### [WHAT THE TASK ASKS]
Write out exactly the lines of the entries below from the one holding "#82=VERTEX_POINT('',#81);" to the one holding "#121=VECTOR('',#120,1.);", inclusive, and leave out all other lines.

#### THE INPUT ####

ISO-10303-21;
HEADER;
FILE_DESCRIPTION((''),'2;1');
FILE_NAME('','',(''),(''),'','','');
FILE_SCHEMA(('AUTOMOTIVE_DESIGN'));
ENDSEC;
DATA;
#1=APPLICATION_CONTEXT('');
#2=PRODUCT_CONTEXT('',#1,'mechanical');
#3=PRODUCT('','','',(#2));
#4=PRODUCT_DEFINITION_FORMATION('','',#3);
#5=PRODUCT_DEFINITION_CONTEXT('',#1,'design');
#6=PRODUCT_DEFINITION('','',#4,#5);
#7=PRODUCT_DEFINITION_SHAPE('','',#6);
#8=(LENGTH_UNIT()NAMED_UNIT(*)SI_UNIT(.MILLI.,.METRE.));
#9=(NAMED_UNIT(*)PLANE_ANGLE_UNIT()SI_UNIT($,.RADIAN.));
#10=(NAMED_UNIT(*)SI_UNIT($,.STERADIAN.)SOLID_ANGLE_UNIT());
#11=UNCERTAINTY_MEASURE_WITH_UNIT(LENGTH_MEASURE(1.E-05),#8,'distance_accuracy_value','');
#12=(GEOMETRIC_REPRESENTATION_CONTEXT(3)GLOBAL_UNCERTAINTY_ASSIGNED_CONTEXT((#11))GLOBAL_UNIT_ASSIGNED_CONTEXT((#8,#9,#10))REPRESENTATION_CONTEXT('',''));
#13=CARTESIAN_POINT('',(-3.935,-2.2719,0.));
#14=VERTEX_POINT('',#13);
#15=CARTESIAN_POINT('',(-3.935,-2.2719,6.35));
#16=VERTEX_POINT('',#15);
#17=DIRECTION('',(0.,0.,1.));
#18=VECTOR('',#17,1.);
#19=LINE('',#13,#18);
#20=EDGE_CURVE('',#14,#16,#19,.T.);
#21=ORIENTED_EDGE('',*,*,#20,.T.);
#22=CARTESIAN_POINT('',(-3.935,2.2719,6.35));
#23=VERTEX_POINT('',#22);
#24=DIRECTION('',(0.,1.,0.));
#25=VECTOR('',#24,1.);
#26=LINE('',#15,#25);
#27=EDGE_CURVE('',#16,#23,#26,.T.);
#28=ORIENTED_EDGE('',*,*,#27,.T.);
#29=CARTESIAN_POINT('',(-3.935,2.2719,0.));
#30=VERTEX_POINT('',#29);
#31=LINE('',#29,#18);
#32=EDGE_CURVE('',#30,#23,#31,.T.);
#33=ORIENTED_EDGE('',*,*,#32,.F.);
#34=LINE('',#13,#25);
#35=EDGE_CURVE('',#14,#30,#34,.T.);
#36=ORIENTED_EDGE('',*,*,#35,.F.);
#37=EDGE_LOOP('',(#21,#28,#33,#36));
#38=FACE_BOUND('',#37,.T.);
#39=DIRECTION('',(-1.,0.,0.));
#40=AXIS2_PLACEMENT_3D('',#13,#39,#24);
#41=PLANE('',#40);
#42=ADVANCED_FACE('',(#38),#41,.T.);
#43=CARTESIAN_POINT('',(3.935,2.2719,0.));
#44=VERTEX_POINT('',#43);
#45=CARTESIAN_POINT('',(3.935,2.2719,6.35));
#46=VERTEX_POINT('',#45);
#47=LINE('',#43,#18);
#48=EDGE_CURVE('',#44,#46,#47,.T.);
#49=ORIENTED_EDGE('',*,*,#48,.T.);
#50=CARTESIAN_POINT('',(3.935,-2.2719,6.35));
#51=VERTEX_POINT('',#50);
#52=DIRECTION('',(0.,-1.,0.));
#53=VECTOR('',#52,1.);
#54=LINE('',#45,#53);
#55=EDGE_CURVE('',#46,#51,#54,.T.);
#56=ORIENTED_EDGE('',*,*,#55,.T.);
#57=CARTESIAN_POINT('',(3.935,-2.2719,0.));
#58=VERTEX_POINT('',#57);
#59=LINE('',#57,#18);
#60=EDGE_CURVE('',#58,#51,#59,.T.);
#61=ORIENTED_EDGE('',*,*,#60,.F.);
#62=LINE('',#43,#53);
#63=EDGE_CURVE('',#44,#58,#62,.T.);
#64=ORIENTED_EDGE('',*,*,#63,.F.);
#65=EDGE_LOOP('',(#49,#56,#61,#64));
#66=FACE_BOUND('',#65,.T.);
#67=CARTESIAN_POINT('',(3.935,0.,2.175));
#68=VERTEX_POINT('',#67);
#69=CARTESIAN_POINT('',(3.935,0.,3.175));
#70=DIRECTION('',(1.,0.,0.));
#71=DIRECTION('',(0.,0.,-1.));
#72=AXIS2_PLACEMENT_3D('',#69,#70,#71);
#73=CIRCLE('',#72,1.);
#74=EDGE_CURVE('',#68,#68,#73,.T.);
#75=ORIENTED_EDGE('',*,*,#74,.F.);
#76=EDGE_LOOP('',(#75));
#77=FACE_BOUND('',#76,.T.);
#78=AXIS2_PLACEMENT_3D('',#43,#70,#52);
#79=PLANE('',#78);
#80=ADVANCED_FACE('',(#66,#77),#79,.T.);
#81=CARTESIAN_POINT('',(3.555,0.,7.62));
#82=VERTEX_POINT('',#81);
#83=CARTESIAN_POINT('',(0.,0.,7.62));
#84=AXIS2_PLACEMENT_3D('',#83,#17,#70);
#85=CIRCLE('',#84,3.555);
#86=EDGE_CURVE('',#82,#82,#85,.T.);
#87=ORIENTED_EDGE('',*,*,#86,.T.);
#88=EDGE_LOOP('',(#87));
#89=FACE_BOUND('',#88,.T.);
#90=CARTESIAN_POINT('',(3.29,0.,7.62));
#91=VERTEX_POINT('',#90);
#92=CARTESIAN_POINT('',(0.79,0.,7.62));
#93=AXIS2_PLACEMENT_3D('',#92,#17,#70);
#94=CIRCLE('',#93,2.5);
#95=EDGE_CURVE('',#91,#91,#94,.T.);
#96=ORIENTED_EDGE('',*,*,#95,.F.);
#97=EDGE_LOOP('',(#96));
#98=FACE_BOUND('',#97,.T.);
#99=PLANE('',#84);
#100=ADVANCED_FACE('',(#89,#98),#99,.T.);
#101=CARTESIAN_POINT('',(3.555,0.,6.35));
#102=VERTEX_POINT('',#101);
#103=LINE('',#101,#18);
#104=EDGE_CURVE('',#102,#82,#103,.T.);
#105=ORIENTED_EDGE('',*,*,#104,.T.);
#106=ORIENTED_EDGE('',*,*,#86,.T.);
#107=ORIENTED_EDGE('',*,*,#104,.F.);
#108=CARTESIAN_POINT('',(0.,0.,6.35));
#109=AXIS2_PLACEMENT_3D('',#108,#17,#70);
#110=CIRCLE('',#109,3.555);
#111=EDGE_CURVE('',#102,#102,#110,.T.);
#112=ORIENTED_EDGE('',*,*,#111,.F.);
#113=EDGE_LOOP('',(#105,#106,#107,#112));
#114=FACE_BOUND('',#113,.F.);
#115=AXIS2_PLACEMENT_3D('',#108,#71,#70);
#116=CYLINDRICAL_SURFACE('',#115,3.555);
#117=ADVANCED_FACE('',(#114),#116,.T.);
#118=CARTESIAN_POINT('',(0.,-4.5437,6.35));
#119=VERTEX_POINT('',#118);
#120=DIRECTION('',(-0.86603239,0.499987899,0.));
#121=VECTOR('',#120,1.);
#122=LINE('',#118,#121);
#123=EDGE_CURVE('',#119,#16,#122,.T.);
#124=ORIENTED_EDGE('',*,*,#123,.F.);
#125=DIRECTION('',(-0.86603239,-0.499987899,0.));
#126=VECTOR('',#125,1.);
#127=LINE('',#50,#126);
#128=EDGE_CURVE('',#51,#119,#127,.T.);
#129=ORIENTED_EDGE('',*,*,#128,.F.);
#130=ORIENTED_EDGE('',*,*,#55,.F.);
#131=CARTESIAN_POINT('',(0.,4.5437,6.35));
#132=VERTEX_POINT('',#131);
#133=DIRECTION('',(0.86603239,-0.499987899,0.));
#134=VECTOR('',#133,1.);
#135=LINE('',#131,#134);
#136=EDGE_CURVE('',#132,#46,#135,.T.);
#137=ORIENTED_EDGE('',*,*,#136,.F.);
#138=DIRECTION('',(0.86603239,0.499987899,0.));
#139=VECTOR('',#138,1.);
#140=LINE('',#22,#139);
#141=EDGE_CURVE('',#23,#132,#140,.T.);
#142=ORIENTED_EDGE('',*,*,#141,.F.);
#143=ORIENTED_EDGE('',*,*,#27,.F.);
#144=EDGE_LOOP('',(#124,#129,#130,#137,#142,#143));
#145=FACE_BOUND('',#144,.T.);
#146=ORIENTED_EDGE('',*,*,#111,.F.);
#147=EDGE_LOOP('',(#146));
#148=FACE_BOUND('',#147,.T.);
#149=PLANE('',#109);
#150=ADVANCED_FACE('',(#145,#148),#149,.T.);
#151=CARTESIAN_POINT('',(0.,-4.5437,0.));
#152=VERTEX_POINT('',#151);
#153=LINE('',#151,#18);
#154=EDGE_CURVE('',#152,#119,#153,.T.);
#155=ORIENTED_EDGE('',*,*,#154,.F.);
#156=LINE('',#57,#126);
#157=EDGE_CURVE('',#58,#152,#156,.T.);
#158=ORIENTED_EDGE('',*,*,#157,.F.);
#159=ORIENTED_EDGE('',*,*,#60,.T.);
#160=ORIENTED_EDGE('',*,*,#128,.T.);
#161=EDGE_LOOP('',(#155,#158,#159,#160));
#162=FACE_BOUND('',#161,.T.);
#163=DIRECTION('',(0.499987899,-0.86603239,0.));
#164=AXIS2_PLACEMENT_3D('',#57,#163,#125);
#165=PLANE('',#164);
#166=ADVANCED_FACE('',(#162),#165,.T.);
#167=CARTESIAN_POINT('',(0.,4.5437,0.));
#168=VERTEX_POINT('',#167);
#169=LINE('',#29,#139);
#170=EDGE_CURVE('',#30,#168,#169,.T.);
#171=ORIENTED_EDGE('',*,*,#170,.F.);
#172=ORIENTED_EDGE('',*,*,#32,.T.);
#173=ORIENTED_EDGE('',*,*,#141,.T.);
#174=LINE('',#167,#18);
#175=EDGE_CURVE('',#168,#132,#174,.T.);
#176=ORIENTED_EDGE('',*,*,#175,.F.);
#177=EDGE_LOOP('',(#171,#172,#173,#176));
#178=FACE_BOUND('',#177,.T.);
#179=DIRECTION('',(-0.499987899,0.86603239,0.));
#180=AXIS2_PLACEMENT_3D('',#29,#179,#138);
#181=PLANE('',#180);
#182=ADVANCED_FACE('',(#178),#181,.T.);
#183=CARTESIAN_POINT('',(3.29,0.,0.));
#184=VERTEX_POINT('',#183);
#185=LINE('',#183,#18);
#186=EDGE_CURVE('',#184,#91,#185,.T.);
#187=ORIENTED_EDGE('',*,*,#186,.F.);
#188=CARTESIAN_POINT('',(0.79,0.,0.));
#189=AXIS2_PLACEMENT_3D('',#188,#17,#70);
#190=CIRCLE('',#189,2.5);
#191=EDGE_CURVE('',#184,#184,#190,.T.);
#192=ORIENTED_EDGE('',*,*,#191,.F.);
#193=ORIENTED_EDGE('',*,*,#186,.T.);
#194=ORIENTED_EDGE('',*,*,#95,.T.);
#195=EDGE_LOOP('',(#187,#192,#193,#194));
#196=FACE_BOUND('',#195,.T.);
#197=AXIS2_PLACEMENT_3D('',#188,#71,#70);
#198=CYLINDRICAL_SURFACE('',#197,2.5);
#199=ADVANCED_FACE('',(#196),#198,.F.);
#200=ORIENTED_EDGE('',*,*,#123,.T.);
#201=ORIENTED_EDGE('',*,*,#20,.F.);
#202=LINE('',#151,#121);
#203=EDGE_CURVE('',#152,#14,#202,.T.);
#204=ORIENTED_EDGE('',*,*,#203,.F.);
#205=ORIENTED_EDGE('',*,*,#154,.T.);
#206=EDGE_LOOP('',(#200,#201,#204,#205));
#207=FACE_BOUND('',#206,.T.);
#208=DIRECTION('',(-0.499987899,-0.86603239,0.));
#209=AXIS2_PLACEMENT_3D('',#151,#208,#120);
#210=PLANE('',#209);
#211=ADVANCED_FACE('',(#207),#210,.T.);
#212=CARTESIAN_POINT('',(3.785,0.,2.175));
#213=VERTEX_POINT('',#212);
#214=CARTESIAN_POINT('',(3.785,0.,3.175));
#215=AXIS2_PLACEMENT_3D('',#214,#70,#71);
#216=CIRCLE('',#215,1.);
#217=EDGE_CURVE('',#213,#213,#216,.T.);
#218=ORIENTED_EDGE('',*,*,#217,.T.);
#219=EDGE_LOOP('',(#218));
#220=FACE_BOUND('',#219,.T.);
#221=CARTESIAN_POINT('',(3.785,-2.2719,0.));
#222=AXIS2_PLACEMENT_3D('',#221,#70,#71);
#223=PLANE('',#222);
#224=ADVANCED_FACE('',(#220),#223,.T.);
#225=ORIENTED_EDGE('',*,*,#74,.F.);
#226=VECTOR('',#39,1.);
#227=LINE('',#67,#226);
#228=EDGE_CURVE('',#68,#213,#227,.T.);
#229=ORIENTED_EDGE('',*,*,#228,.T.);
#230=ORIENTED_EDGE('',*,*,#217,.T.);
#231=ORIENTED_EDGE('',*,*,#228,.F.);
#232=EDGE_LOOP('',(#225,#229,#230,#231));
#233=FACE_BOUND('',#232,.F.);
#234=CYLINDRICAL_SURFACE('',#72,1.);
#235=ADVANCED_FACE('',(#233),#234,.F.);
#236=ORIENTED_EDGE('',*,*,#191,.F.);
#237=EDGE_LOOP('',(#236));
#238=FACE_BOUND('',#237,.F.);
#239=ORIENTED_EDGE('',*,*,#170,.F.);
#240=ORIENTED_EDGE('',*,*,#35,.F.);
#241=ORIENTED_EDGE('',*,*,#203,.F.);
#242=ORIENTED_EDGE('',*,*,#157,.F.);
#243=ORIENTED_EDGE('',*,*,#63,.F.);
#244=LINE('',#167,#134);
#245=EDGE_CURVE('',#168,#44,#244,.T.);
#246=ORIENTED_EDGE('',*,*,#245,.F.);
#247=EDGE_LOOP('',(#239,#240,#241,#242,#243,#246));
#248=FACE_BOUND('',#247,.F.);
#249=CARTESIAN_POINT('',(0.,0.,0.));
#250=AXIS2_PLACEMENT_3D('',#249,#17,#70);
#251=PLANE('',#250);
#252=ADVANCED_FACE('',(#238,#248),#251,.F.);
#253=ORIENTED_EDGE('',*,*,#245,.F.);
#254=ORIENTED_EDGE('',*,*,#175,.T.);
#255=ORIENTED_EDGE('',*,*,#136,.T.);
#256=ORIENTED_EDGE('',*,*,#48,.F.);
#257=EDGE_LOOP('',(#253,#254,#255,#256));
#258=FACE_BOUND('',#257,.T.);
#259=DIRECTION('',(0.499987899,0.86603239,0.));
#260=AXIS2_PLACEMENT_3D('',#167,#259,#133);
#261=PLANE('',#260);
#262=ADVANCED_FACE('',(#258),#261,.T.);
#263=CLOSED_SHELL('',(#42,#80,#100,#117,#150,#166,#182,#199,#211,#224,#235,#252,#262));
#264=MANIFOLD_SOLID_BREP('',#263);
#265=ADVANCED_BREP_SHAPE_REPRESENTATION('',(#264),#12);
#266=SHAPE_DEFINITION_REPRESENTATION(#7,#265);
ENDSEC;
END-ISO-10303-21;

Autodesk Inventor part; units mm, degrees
ref_plane "YZ Plane" through (0, 0, 0) normal (1, 0, 0) x (0, 1, 0)
ref_plane "XZ Plane" through (0, 0, 0) normal (0, 1, 0) x (-1, 0, 0)
ref_plane "XY Plane" through (0, 0, 0) normal (0, 0, 1) x (1, 0, 0)
sketch "Sketch1" plane through (0, 0, 0) normal (0, 0, 1) x (1, 0, 0)
  line L0 (3.935, -2.2719) -> (0, -4.5437)
  line L1 (0, -4.5437) -> (-3.935, -2.2719)
  line L2 (-3.935, -2.2719) -> (-3.935, 2.2719)
  line L3 (-3.935, 2.2719) -> (0, 4.5437)
  line L4 (0, 4.5437) -> (3.935, 2.2719)
  line L5 (3.935, 2.2719) -> (3.935, -2.2719)
  circle A0 centre (0.79, 0) radius 2.5
  point P0 (0, 0)
  point P1 (0, 0)
  dimension "d0" = 7.87
  dimension "d1" = 0.79
  dimension "d2" = 5
extrude "Extrusion1" add sketch "Sketch1" along normal blind 6.35
sketch "Sketch2" plane through (0, 0, 6.35) normal (0, 0, 1) x (1, 0, 0)
  circle A0 centre (0.79, 0) radius 2.5 projected
  circle A1 centre (0, 0) radius 3.555
  dimension "d5" = 7.11
extrude "Extrusion2" add sketch "Sketch2" along normal blind 1.27
sketch "Sketch3" plane through (3.935, -2.2719, 0) normal (1, 0, 0) x (0, 0, -1)
  circle A0 centre (-3.175, 2.2719) radius 1
  point P0 (0, 2.2719)
  dimension "d8" = 2
extrude "Extrusion3" cut sketch "Sketch3" against normal blind 0.15
properties part number "Eccentric M5 Spacer" material "Stainless Steel"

####

### [ANSWER]
#82=VERTEX_POINT('',#81);
#83=CARTESIAN_POINT('',(0.,0.,7.62));
#84=AXIS2_PLACEMENT_3D('',#83,#17,#70);
#85=CIRCLE('',#84,3.555);
#86=EDGE_CURVE('',#82,#82,#85,.T.);
#87=ORIENTED_EDGE('',*,*,#86,.T.);
#88=EDGE_LOOP('',(#87));
#89=FACE_BOUND('',#88,.T.);
#90=CARTESIAN_POINT('',(3.29,0.,7.62));
#91=VERTEX_POINT('',#90);
#92=CARTESIAN_POINT('',(0.79,0.,7.62));
#93=AXIS2_PLACEMENT_3D('',#92,#17,#70);
#94=CIRCLE('',#93,2.5);
#95=EDGE_CURVE('',#91,#91,#94,.T.);
#96=ORIENTED_EDGE('',*,*,#95,.F.);
#97=EDGE_LOOP('',(#96));
#98=FACE_BOUND('',#97,.T.);
#99=PLANE('',#84);
#100=ADVANCED_FACE('',(#89,#98),#99,.T.);
#101=CARTESIAN_POINT('',(3.555,0.,6.35));
#102=VERTEX_POINT('',#101);
#103=LINE('',#101,#18);
#104=EDGE_CURVE('',#102,#82,#103,.T.);
#105=ORIENTED_EDGE('',*,*,#104,.T.);
#106=ORIENTED_EDGE('',*,*,#86,.T.);
#107=ORIENTED_EDGE('',*,*,#104,.F.);
#108=CARTESIAN_POINT('',(0.,0.,6.35));
#109=AXIS2_PLACEMENT_3D('',#108,#17,#70);
#110=CIRCLE('',#109,3.555);
#111=EDGE_CURVE('',#102,#102,#110,.T.);
#112=ORIENTED_EDGE('',*,*,#111,.F.);
#113=EDGE_LOOP('',(#105,#106,#107,#112));
#114=FACE_BOUND('',#113,.F.);
#115=AXIS2_PLACEMENT_3D('',#108,#71,#70);
#116=CYLINDRICAL_SURFACE('',#115,3.555);
#117=ADVANCED_FACE('',(#114),#116,.T.);
#118=CARTESIAN_POINT('',(0.,-4.5437,6.35));
#119=VERTEX_POINT('',#118);
#120=DIRECTION('',(-0.86603239,0.499987899,0.));
#121=VECTOR('',#120,1.);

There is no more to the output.